## ACTIVITY
Check every line of the data below for "amount". Copy each one that has it.
************
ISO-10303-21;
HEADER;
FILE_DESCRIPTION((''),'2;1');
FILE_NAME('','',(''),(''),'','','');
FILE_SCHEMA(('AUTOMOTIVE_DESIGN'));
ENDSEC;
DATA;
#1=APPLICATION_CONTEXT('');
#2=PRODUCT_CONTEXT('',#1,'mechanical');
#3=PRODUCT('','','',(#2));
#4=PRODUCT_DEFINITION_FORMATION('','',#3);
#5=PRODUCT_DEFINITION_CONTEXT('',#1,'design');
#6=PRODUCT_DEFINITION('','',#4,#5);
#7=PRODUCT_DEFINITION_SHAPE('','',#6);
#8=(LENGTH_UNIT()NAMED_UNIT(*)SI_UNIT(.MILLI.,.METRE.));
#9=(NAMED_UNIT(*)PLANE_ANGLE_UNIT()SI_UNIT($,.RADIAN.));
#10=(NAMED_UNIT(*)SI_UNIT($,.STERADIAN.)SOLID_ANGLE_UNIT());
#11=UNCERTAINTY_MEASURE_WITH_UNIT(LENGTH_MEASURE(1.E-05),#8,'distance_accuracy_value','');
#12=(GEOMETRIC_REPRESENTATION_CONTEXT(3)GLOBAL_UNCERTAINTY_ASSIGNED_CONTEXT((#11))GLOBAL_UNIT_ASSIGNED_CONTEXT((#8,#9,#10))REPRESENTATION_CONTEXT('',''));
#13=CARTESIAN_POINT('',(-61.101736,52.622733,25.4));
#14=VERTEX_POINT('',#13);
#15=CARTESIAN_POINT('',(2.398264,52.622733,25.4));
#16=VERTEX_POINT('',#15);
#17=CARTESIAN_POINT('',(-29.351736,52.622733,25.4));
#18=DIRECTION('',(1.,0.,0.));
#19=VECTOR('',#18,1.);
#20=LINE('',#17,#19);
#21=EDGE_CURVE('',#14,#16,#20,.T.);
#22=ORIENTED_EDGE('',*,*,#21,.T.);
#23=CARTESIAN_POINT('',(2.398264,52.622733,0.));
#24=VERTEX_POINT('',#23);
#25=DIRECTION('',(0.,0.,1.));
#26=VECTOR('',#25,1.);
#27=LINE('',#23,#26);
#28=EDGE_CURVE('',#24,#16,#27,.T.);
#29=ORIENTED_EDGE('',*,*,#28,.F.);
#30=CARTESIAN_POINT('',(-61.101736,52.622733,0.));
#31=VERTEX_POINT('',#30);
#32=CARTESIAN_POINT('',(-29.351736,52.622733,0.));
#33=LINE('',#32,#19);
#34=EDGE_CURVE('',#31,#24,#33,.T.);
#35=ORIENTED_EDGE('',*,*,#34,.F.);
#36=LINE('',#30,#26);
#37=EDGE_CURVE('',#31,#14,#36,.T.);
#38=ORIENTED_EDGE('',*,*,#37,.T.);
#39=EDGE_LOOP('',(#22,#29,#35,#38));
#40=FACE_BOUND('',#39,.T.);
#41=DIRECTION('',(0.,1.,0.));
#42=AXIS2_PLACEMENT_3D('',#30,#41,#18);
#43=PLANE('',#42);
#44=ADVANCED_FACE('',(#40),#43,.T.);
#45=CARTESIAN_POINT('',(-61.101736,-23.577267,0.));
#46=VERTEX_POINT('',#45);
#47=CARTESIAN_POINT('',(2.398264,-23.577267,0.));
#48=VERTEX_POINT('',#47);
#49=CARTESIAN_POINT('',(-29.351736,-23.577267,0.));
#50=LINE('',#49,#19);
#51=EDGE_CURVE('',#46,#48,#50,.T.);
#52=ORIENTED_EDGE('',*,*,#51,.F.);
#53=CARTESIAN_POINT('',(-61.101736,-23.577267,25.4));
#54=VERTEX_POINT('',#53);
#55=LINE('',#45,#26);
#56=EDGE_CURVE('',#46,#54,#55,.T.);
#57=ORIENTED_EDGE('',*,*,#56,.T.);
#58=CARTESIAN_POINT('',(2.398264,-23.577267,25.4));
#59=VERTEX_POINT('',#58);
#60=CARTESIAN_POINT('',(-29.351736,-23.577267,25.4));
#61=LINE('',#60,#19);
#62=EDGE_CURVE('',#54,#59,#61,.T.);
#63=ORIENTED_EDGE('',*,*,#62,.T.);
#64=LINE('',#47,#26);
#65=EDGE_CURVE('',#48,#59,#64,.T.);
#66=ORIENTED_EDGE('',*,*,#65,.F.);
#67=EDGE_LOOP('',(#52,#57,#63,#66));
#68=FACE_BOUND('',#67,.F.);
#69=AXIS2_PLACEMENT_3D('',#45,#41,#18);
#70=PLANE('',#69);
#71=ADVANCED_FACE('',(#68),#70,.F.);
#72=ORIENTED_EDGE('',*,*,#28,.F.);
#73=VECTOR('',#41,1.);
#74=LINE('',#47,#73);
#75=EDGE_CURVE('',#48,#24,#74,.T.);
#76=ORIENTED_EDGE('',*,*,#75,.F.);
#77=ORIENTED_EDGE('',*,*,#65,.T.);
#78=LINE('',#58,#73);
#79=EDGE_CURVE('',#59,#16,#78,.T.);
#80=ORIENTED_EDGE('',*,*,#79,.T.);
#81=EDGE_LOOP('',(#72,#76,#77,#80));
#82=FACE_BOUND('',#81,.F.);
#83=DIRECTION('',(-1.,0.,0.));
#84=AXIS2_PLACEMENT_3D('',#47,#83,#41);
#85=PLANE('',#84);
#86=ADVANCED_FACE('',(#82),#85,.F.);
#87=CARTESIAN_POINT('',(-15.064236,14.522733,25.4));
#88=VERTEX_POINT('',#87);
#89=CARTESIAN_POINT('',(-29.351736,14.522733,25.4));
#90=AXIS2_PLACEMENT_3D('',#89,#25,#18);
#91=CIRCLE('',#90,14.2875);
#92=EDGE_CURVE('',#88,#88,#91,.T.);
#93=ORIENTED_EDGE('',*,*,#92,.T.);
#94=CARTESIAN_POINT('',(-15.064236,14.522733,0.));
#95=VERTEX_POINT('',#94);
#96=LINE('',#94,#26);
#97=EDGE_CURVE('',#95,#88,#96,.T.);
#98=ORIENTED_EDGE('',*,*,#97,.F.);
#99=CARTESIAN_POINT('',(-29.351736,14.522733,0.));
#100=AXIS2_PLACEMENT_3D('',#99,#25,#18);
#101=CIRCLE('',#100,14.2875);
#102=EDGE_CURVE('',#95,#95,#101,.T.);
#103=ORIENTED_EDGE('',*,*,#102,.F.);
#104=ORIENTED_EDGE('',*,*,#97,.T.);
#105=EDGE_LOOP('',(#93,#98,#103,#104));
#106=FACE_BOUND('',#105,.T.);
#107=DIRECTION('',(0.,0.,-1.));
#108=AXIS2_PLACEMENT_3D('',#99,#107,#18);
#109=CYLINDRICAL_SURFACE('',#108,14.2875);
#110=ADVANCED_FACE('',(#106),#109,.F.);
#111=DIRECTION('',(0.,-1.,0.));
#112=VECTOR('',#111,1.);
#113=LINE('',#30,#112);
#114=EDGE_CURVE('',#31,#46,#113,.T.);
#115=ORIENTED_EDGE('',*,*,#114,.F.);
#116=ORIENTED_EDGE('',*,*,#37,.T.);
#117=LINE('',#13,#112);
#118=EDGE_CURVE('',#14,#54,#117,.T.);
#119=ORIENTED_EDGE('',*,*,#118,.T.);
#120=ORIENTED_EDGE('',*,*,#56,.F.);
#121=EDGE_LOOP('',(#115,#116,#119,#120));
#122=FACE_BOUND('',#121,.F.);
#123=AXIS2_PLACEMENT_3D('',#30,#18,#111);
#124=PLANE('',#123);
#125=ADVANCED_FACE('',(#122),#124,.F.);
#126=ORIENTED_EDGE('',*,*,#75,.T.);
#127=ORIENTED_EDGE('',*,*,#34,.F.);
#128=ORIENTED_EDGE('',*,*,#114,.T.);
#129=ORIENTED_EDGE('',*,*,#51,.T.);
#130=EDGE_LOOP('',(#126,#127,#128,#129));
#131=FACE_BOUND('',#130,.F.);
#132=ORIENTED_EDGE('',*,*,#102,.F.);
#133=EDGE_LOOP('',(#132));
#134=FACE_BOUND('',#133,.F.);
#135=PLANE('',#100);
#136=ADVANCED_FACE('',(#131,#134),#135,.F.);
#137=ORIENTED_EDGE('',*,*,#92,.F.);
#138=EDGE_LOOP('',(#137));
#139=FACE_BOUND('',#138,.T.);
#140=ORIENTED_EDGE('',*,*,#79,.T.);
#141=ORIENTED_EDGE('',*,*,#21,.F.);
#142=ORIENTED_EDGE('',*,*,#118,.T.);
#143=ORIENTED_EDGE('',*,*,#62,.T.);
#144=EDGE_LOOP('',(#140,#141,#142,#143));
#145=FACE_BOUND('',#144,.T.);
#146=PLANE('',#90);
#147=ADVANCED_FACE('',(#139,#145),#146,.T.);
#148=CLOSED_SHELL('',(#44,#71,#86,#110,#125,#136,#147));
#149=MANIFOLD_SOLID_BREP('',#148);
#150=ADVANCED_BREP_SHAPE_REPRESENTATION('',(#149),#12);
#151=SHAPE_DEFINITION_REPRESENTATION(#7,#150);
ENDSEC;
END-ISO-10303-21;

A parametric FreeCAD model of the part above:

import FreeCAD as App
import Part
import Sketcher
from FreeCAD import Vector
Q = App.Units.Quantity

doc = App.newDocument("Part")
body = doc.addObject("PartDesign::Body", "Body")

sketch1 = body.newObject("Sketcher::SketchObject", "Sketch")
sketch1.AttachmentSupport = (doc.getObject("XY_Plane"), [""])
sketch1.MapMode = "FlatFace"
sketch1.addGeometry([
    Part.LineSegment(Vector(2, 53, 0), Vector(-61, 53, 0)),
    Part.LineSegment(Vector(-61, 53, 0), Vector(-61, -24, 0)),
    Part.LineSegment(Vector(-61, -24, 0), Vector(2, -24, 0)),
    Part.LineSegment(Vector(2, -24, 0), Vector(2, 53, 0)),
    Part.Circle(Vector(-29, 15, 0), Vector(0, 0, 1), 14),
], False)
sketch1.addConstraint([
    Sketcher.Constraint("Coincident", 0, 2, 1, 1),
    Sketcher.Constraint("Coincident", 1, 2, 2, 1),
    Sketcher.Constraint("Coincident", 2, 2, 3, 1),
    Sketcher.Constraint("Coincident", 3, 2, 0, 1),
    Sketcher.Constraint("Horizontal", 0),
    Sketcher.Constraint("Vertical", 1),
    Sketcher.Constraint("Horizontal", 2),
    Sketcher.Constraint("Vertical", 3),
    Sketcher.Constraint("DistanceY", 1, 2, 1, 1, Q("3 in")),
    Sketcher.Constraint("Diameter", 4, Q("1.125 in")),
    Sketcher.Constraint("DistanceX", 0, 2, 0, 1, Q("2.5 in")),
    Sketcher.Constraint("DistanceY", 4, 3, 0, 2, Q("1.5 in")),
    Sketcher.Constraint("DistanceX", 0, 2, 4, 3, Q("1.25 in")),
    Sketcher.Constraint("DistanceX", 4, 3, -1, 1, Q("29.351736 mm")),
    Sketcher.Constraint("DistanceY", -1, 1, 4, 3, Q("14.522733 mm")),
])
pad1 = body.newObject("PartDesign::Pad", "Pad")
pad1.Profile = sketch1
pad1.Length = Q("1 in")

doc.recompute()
************
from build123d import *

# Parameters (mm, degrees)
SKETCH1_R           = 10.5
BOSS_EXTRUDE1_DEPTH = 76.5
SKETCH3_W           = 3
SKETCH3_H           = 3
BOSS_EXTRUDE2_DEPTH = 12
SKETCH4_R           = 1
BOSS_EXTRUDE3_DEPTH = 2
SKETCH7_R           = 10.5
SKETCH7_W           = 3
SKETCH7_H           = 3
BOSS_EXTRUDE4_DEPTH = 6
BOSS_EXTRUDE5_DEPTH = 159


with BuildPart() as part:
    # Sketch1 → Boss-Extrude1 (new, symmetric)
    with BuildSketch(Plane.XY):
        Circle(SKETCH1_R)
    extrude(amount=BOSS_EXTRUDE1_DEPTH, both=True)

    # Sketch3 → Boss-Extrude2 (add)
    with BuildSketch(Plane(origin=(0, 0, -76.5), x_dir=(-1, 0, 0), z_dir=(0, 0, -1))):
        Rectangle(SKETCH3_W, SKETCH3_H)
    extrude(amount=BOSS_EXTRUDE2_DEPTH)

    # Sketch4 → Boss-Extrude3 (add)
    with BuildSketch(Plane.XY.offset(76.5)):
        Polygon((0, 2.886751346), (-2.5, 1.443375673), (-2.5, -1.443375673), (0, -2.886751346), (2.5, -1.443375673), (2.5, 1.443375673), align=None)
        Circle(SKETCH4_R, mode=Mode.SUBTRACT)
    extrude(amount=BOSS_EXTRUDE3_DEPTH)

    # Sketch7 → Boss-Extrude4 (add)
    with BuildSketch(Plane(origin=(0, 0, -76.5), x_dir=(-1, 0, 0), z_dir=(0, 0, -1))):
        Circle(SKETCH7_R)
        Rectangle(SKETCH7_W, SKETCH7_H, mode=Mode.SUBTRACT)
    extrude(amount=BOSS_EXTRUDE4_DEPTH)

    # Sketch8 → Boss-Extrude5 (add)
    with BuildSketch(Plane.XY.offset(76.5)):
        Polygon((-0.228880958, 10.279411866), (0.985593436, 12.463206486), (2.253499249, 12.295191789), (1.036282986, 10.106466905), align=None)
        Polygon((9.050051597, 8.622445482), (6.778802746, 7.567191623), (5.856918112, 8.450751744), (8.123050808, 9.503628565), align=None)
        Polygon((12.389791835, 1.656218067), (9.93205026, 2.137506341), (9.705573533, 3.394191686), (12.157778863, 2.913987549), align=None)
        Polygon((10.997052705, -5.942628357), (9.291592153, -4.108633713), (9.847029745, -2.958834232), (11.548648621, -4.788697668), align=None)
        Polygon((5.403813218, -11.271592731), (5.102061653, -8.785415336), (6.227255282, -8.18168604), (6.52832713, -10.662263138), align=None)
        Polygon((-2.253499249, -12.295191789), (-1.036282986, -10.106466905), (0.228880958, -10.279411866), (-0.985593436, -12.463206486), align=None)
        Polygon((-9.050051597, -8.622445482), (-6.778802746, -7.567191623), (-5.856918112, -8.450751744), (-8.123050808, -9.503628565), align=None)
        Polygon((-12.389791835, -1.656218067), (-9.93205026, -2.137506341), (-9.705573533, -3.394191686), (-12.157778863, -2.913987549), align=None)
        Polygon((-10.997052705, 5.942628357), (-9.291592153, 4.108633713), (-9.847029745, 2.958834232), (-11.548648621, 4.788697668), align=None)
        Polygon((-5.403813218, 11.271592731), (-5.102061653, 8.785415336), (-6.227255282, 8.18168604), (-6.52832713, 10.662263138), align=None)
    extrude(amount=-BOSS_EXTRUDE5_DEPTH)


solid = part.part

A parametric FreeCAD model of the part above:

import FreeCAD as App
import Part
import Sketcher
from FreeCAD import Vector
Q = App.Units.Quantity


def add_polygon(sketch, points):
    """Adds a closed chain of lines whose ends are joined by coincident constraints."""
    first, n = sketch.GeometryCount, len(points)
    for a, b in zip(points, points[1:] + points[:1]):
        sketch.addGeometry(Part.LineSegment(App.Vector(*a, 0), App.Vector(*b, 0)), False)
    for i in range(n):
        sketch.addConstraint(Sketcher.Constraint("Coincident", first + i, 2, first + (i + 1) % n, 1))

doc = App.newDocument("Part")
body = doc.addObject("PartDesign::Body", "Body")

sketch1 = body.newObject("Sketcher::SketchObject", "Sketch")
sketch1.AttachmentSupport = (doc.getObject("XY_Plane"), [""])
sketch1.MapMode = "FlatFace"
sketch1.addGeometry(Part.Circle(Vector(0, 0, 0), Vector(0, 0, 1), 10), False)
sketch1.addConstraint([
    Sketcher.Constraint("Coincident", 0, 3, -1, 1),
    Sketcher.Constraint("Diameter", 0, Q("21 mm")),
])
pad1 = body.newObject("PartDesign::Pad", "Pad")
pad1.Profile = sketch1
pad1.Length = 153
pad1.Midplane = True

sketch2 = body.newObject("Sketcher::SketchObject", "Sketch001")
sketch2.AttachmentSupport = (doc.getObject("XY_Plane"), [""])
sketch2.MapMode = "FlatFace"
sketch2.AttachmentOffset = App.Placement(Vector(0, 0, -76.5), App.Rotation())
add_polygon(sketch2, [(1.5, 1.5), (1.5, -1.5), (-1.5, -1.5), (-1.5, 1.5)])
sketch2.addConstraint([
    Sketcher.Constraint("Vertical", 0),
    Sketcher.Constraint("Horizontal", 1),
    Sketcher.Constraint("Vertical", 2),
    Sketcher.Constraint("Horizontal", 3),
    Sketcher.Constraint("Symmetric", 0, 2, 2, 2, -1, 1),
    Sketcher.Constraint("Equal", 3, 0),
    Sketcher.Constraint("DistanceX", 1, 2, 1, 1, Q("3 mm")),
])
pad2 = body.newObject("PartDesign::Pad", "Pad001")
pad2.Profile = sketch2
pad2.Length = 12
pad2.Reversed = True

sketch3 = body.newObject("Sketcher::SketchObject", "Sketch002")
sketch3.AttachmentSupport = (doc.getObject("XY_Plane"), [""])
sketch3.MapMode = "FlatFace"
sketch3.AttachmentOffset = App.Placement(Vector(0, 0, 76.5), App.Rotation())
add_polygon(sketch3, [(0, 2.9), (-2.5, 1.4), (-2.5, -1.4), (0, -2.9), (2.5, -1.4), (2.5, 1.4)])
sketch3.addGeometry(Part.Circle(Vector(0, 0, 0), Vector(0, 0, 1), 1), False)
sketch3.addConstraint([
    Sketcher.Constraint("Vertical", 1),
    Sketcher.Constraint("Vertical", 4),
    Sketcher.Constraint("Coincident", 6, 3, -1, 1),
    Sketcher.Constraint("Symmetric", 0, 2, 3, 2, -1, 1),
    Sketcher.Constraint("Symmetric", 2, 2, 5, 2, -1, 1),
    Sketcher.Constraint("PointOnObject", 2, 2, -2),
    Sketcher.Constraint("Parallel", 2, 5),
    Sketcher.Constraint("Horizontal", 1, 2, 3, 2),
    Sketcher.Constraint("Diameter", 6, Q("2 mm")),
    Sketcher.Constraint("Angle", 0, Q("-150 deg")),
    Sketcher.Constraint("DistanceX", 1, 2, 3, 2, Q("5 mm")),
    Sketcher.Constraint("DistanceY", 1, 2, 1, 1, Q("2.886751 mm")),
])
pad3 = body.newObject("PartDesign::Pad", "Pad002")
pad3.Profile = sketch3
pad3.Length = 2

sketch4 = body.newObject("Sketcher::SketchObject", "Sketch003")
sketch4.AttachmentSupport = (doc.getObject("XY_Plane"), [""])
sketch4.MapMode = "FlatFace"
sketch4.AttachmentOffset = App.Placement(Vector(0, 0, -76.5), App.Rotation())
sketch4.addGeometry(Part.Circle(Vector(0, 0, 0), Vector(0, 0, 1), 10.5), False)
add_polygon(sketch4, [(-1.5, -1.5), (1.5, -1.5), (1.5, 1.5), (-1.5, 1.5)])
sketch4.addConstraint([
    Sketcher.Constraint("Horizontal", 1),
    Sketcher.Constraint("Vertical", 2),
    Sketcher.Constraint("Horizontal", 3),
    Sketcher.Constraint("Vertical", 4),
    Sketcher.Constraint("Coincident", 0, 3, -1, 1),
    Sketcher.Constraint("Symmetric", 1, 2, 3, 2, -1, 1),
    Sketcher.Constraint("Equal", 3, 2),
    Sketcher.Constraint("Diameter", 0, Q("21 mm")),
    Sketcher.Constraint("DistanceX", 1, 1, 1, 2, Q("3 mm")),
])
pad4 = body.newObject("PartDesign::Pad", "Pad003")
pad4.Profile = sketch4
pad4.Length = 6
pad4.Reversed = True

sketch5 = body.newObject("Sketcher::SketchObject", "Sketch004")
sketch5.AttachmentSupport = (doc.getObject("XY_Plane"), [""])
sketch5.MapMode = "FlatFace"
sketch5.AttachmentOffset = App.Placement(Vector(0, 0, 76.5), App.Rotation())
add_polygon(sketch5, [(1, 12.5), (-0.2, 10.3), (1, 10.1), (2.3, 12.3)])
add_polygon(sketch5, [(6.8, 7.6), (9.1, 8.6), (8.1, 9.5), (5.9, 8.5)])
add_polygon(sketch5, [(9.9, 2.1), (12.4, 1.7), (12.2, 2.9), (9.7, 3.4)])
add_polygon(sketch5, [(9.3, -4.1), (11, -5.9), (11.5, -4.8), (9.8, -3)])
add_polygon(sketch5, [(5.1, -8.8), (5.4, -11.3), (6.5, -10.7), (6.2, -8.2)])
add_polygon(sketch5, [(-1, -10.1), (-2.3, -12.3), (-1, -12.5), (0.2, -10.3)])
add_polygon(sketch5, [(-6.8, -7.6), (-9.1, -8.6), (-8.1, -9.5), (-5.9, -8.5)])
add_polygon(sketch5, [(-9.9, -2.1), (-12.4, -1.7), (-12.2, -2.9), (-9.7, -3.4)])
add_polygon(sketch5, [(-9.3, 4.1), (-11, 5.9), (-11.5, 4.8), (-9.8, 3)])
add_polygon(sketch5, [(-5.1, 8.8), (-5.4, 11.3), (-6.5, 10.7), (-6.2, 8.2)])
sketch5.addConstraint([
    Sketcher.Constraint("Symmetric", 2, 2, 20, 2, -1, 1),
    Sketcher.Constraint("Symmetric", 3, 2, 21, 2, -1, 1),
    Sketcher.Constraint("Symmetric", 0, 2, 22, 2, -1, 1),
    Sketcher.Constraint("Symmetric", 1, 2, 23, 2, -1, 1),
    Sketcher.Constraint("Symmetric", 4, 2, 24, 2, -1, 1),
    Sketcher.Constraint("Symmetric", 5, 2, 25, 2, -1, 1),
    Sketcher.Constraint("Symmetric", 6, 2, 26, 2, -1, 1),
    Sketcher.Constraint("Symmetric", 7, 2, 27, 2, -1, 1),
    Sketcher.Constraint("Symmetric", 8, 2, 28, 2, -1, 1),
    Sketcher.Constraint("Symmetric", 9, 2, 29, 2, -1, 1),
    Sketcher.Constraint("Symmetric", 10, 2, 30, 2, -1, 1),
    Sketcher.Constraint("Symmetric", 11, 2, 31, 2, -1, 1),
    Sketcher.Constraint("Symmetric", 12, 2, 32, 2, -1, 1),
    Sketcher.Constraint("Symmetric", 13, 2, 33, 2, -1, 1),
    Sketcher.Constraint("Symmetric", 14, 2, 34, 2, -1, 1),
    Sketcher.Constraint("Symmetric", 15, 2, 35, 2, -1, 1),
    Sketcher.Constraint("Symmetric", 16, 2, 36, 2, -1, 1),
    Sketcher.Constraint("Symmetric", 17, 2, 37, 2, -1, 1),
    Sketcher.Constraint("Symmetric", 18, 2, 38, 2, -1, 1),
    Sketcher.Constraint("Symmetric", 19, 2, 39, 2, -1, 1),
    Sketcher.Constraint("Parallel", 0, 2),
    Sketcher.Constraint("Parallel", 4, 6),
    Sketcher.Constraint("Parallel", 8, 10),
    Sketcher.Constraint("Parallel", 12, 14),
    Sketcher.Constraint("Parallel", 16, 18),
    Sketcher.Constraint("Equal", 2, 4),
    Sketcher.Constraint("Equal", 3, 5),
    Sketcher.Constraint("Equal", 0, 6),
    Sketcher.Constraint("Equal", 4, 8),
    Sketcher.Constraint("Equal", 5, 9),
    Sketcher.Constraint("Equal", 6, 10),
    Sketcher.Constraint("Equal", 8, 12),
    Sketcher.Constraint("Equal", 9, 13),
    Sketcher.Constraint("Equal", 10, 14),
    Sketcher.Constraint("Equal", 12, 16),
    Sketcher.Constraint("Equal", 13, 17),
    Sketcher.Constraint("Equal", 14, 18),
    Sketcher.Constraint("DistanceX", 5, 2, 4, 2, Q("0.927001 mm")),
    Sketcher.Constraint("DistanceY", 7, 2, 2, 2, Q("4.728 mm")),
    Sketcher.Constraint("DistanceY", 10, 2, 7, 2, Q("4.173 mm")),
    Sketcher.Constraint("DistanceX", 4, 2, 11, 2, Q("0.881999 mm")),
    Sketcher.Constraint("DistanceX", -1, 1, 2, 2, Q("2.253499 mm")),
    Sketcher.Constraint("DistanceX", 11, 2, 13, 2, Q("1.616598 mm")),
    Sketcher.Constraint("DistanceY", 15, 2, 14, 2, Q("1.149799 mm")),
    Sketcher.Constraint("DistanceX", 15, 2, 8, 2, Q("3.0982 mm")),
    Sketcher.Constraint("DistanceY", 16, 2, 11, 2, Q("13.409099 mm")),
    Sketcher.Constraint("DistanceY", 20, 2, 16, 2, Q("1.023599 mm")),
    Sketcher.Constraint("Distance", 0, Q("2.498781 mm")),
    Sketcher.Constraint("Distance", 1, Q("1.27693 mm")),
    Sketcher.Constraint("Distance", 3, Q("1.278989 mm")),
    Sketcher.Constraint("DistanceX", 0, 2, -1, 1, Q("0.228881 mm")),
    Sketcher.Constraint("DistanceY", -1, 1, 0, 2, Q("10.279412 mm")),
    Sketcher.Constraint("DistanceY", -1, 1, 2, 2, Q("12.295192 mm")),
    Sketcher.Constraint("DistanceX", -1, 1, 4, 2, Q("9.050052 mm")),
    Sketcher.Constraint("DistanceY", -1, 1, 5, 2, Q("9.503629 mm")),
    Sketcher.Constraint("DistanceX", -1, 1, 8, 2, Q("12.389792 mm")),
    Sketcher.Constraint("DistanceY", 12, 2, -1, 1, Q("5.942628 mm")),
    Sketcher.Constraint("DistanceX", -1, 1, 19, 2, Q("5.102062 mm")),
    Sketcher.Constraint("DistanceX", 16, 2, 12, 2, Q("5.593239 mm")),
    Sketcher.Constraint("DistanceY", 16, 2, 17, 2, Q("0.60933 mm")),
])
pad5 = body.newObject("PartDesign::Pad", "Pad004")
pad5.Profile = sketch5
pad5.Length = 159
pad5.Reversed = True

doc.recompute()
************
## REPLY TO THE EXERCISE
    extrude(amount=BOSS_EXTRUDE1_DEPTH, both=True)
    extrude(amount=BOSS_EXTRUDE2_DEPTH)
    extrude(amount=BOSS_EXTRUDE3_DEPTH)
    extrude(amount=BOSS_EXTRUDE4_DEPTH)
    extrude(amount=-BOSS_EXTRUDE5_DEPTH)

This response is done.